EXERCISE DESCRIPTION: In your reply, write out each entry exactly as given.

RECORD SET:
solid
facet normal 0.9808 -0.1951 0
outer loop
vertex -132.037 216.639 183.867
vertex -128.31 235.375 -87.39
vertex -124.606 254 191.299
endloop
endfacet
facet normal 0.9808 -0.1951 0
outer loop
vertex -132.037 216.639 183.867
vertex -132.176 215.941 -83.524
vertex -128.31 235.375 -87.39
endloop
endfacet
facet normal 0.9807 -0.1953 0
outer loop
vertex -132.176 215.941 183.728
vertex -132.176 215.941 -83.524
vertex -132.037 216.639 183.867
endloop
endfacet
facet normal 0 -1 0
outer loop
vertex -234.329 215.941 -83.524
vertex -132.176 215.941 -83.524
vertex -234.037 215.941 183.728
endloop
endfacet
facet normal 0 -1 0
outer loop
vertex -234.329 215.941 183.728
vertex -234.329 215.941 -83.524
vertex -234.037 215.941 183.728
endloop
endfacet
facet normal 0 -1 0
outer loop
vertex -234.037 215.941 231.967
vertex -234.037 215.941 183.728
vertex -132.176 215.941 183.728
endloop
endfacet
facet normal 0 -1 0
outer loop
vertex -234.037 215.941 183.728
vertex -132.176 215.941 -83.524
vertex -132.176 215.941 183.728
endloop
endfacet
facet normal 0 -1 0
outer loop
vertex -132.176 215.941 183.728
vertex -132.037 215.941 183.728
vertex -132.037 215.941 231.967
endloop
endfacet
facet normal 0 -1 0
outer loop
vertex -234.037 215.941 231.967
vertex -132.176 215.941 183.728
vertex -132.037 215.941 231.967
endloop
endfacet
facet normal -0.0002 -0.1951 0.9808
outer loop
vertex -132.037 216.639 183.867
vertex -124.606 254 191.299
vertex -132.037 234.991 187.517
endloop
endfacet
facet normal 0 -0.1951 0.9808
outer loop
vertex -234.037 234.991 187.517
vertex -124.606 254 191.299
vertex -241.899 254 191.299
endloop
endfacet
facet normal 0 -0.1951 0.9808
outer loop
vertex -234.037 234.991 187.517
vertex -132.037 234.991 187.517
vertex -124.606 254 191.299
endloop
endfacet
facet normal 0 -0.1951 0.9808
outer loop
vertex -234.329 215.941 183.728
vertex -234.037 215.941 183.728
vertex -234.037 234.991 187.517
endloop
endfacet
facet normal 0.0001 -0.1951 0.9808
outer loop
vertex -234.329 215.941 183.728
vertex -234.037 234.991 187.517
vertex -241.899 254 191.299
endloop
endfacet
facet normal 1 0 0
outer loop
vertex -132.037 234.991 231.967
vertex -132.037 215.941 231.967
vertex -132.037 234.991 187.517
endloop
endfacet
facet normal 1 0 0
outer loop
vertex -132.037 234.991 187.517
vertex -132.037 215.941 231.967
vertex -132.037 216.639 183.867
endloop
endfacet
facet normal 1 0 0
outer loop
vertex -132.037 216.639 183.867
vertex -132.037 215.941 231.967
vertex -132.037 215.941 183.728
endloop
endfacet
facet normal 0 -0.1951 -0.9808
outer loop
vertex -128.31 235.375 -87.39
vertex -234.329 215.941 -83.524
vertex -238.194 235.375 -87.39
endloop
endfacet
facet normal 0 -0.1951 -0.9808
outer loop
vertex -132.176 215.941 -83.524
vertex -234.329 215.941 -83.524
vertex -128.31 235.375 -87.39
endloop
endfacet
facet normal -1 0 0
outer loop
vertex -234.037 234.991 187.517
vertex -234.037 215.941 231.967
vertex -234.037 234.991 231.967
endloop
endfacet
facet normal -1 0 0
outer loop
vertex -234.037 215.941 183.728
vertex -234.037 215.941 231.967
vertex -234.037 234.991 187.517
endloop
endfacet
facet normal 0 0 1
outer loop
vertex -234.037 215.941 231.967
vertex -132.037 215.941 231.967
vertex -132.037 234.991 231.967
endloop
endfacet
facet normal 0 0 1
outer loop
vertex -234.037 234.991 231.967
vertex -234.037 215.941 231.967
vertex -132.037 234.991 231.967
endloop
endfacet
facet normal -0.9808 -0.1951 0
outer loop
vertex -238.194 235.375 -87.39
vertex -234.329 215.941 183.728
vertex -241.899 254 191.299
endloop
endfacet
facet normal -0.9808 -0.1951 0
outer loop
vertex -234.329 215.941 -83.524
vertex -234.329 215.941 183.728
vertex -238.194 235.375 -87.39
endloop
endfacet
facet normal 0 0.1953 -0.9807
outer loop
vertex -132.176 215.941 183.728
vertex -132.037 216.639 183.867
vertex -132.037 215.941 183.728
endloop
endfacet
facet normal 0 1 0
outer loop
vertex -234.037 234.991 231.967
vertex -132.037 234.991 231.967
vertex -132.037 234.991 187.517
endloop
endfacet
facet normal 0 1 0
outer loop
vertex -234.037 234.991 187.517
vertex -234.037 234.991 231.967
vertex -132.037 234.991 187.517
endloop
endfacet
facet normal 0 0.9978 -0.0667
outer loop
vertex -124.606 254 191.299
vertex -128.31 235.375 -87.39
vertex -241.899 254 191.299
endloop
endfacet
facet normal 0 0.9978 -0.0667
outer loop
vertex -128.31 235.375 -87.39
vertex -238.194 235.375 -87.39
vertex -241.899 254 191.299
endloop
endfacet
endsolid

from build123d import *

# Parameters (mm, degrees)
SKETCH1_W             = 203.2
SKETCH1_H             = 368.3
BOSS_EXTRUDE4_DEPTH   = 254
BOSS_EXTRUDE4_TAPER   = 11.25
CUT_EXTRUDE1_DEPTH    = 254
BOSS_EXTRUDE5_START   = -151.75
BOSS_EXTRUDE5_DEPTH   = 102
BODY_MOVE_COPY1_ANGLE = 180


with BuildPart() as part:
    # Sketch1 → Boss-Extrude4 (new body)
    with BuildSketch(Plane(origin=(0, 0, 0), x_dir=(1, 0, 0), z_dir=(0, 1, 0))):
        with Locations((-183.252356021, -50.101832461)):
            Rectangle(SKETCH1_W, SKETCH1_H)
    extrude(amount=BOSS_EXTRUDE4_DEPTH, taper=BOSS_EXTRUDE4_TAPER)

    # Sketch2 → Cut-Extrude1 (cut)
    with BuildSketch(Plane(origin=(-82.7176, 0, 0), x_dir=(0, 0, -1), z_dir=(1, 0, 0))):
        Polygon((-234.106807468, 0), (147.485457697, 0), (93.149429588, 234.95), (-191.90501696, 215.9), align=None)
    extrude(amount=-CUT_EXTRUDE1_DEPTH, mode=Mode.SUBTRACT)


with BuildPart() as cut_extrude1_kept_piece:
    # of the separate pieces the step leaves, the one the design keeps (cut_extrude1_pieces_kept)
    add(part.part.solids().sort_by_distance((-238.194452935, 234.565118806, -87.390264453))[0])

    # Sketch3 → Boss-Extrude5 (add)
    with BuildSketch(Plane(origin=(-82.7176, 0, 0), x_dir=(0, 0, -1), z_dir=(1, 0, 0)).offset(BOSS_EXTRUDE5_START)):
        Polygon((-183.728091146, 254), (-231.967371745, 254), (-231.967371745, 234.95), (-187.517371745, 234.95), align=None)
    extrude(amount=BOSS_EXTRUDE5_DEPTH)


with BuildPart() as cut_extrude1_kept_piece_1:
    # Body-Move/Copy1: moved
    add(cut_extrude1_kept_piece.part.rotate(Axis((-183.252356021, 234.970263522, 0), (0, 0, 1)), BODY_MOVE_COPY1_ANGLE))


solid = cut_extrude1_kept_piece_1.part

EXPECTED ANSWER:
solid
facet normal 0.9808 -0.1951 0
outer loop
vertex -132.037 216.639 183.867
vertex -128.31 235.375 -87.39
vertex -124.606 254 191.299
endloop
endfacet
facet normal 0.9808 -0.1951 0
outer loop
vertex -132.037 216.639 183.867
vertex -132.176 215.941 -83.524
vertex -128.31 235.375 -87.39
endloop
endfacet
facet normal 0.9807 -0.1953 0
outer loop
vertex -132.176 215.941 183.728
vertex -132.176 215.941 -83.524
vertex -132.037 216.639 183.867
endloop
endfacet
facet normal 0 -1 0
outer loop
vertex -234.329 215.941 -83.524
vertex -132.176 215.941 -83.524
vertex -234.037 215.941 183.728
endloop
endfacet
facet normal 0 -1 0
outer loop
vertex -234.329 215.941 183.728
vertex -234.329 215.941 -83.524
vertex -234.037 215.941 183.728
endloop
endfacet
facet normal 0 -1 0
outer loop
vertex -234.037 215.941 231.967
vertex -234.037 215.941 183.728
vertex -132.176 215.941 183.728
endloop
endfacet
facet normal 0 -1 0
outer loop
vertex -234.037 215.941 183.728
vertex -132.176 215.941 -83.524
vertex -132.176 215.941 183.728
endloop
endfacet
facet normal 0 -1 0
outer loop
vertex -132.176 215.941 183.728
vertex -132.037 215.941 183.728
vertex -132.037 215.941 231.967
endloop
endfacet
facet normal 0 -1 0
outer loop
vertex -234.037 215.941 231.967
vertex -132.176 215.941 183.728
vertex -132.037 215.941 231.967
endloop
endfacet
facet normal -0.0002 -0.1951 0.9808
outer loop
vertex -132.037 216.639 183.867
vertex -124.606 254 191.299
vertex -132.037 234.991 187.517
endloop
endfacet
facet normal 0 -0.1951 0.9808
outer loop
vertex -234.037 234.991 187.517
vertex -124.606 254 191.299
vertex -241.899 254 191.299
endloop
endfacet
facet normal 0 -0.1951 0.9808
outer loop
vertex -234.037 234.991 187.517
vertex -132.037 234.991 187.517
vertex -124.606 254 191.299
endloop
endfacet
facet normal 0 -0.1951 0.9808
outer loop
vertex -234.329 215.941 183.728
vertex -234.037 215.941 183.728
vertex -234.037 234.991 187.517
endloop
endfacet
facet normal 0.0001 -0.1951 0.9808
outer loop
vertex -234.329 215.941 183.728
vertex -234.037 234.991 187.517
vertex -241.899 254 191.299
endloop
endfacet
facet normal 1 0 0
outer loop
vertex -132.037 234.991 231.967
vertex -132.037 215.941 231.967
vertex -132.037 234.991 187.517
endloop
endfacet
facet normal 1 0 0
outer loop
vertex -132.037 234.991 187.517
vertex -132.037 215.941 231.967
vertex -132.037 216.639 183.867
endloop
endfacet
facet normal 1 0 0
outer loop
vertex -132.037 216.639 183.867
vertex -132.037 215.941 231.967
vertex -132.037 215.941 183.728
endloop
endfacet
facet normal 0 -0.1951 -0.9808
outer loop
vertex -128.31 235.375 -87.39
vertex -234.329 215.941 -83.524
vertex -238.194 235.375 -87.39
endloop
endfacet
facet normal 0 -0.1951 -0.9808
outer loop
vertex -132.176 215.941 -83.524
vertex -234.329 215.941 -83.524
vertex -128.31 235.375 -87.39
endloop
endfacet
facet normal -1 0 0
outer loop
vertex -234.037 234.991 187.517
vertex -234.037 215.941 231.967
vertex -234.037 234.991 231.967
endloop
endfacet
facet normal -1 0 0
outer loop
vertex -234.037 215.941 183.728
vertex -234.037 215.941 231.967
vertex -234.037 234.991 187.517
endloop
endfacet
facet normal 0 0 1
outer loop
vertex -234.037 215.941 231.967
vertex -132.037 215.941 231.967
vertex -132.037 234.991 231.967
endloop
endfacet
facet normal 0 0 1
outer loop
vertex -234.037 234.991 231.967
vertex -234.037 215.941 231.967
vertex -132.037 234.991 231.967
endloop
endfacet
facet normal -0.9808 -0.1951 0
outer loop
vertex -238.194 235.375 -87.39
vertex -234.329 215.941 183.728
vertex -241.899 254 191.299
endloop
endfacet
facet normal -0.9808 -0.1951 0
outer loop
vertex -234.329 215.941 -83.524
vertex -234.329 215.941 183.728
vertex -238.194 235.375 -87.39
endloop
endfacet
facet normal 0 0.1953 -0.9807
outer loop
vertex -132.176 215.941 183.728
vertex -132.037 216.639 183.867
vertex -132.037 215.941 183.728
endloop
endfacet
facet normal 0 1 0
outer loop
vertex -234.037 234.991 231.967
vertex -132.037 234.991 231.967
vertex -132.037 234.991 187.517
endloop
endfacet
facet normal 0 1 0
outer loop
vertex -234.037 234.991 187.517
vertex -234.037 234.991 231.967
vertex -132.037 234.991 187.517
endloop
endfacet
facet normal 0 0.9978 -0.0667
outer loop
vertex -124.606 254 191.299
vertex -128.31 235.375 -87.39
vertex -241.899 254 191.299
endloop
endfacet
facet normal 0 0.9978 -0.0667
outer loop
vertex -128.31 235.375 -87.39
vertex -238.194 235.375 -87.39
vertex -241.899 254 191.299
endloop
endfacet
endsolid

from build123d import *

# Parameters (mm, degrees)
SKETCH1_W             = 203.2
SKETCH1_H             = 368.3
BOSS_EXTRUDE4_DEPTH   = 254
BOSS_EXTRUDE4_TAPER   = 11.25
CUT_EXTRUDE1_DEPTH    = 254
BOSS_EXTRUDE5_START   = -151.75
BOSS_EXTRUDE5_DEPTH   = 102
BODY_MOVE_COPY1_ANGLE = 180


with BuildPart() as part:
    # Sketch1 → Boss-Extrude4 (new body)
    with BuildSketch(Plane(origin=(0, 0, 0), x_dir=(1, 0, 0), z_dir=(0, 1, 0))):
        with Locations((-183.252356021, -50.101832461)):
            Rectangle(SKETCH1_W, SKETCH1_H)
    extrude(amount=BOSS_EXTRUDE4_DEPTH, taper=BOSS_EXTRUDE4_TAPER)

    # Sketch2 → Cut-Extrude1 (cut)
    with BuildSketch(Plane(origin=(-82.7176, 0, 0), x_dir=(0, 0, -1), z_dir=(1, 0, 0))):
        Polygon((-234.106807468, 0), (147.485457697, 0), (93.149429588, 234.95), (-191.90501696, 215.9), align=None)
    extrude(amount=-CUT_EXTRUDE1_DEPTH, mode=Mode.SUBTRACT)


with BuildPart() as cut_extrude1_kept_piece:
    # of the separate pieces the step leaves, the one the design keeps (cut_extrude1_pieces_kept)
    add(part.part.solids().sort_by_distance((-238.194452935, 234.565118806, -87.390264453))[0])

    # Sketch3 → Boss-Extrude5 (add)
    with BuildSketch(Plane(origin=(-82.7176, 0, 0), x_dir=(0, 0, -1), z_dir=(1, 0, 0)).offset(BOSS_EXTRUDE5_START)):
        Polygon((-183.728091146, 254), (-231.967371745, 254), (-231.967371745, 234.95), (-187.517371745, 234.95), align=None)
    extrude(amount=BOSS_EXTRUDE5_DEPTH)


with BuildPart() as cut_extrude1_kept_piece_1:
    # Body-Move/Copy1: moved
    add(cut_extrude1_kept_piece.part.rotate(Axis((-183.252356021, 234.970263522, 0), (0, 0, 1)), BODY_MOVE_COPY1_ANGLE))


solid = cut_extrude1_kept_piece_1.part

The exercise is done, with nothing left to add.